# how to smoke a venison ham... (roast)



## oonighttrain (Nov 26, 2007)

i have a hunk of venison that i believe is a roast.. maybe a ham?? not sure.. 

i have it soaking in butter milk right now..

its probably 7 pounds or so.. 

what temp should i use, how long? what temp should i get it to?


----------



## deejaydebi (Nov 26, 2007)

I've neer done it but here's a thread that may be what your looking for:

http://www.smokingmeatforums.com/for...ht=venison+ham


----------



## gramason (Nov 26, 2007)

Did a fresh deer roast yesterday, I rubbed it and wrapped with bacon. It turned out great, very moist.
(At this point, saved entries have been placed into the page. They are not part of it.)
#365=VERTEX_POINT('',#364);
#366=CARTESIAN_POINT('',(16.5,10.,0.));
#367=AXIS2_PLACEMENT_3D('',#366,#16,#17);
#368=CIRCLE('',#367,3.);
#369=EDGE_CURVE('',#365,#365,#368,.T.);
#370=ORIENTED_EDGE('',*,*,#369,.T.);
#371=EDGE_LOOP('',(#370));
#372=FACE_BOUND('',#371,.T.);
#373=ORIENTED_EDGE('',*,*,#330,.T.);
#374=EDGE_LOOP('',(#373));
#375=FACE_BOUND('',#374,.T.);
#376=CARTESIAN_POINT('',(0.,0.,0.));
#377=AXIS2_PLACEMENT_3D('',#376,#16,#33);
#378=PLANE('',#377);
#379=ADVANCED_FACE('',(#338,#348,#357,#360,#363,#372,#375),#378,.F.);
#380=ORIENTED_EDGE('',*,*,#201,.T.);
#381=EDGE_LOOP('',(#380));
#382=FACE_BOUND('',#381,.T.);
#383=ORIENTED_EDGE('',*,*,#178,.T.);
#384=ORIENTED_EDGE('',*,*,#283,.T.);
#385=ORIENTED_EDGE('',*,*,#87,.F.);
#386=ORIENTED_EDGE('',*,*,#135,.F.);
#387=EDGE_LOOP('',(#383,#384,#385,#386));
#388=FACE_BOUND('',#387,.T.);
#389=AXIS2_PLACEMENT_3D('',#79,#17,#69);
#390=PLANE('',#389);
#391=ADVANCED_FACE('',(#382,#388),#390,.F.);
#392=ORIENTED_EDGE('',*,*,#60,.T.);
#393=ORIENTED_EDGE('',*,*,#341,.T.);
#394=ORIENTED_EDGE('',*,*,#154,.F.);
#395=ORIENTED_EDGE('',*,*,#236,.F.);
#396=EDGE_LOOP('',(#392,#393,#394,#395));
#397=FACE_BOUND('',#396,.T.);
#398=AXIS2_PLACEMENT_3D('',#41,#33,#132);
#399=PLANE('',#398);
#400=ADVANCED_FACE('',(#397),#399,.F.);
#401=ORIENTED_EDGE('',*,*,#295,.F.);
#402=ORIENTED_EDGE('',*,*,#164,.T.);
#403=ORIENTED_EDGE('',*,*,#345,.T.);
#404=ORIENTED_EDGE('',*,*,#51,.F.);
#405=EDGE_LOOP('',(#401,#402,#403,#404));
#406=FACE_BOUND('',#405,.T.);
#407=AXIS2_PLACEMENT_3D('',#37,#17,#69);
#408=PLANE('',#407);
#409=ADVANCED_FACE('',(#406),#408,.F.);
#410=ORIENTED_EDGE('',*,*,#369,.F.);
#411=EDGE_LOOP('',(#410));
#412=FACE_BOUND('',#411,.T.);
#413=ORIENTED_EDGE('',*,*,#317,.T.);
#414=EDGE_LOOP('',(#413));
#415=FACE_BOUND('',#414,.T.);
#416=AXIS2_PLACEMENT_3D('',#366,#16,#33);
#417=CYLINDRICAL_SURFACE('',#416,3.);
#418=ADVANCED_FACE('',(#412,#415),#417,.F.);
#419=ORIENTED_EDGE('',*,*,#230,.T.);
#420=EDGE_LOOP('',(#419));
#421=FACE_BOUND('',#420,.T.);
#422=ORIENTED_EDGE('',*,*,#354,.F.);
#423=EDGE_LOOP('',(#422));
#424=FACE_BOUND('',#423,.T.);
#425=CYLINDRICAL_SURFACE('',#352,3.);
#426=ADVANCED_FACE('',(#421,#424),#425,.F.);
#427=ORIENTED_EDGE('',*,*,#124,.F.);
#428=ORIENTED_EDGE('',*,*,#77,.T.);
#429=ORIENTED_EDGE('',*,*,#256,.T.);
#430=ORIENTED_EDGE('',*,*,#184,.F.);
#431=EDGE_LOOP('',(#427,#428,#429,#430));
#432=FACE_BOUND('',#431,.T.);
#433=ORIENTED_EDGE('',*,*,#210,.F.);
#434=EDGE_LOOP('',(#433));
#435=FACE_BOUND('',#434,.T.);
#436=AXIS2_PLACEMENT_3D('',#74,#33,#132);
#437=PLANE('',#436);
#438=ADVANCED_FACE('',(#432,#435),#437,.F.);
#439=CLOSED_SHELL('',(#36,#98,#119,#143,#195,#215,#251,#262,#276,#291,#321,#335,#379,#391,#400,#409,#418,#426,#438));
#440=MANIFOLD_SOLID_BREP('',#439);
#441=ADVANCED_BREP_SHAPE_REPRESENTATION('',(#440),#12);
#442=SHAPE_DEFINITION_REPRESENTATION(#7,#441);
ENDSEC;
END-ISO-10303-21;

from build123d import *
Cooked to 160.


----------



## richtee (Nov 26, 2007)

Here's my experience with a shoulder roast:
http://www.smokingmeatforums.com/for...light=shoulder


----------



## peculiarmike (Nov 26, 2007)

Sister-In-Law down in Houston has an old wooden spoon with a pointed handle. She pokes a bunch of holes in a venison roast then inserts strips of jalapeno pepper (you can use a thin blade knife). Wraps the roast with bacon and into the oven. 
Makes a really good roast. You get a bit of pepper here and there in the slices and the bacon kept it from totally drying out. Gotta watch venison, no fat.
Made some good sammies.
Pretty sure this would work in a smoker and add some super flavor. I don't have any roasts or I would try it. 
MO is in muzzleloader season now, I might stoke up the smokepole and go see if I can get another one if the weather holds.


----------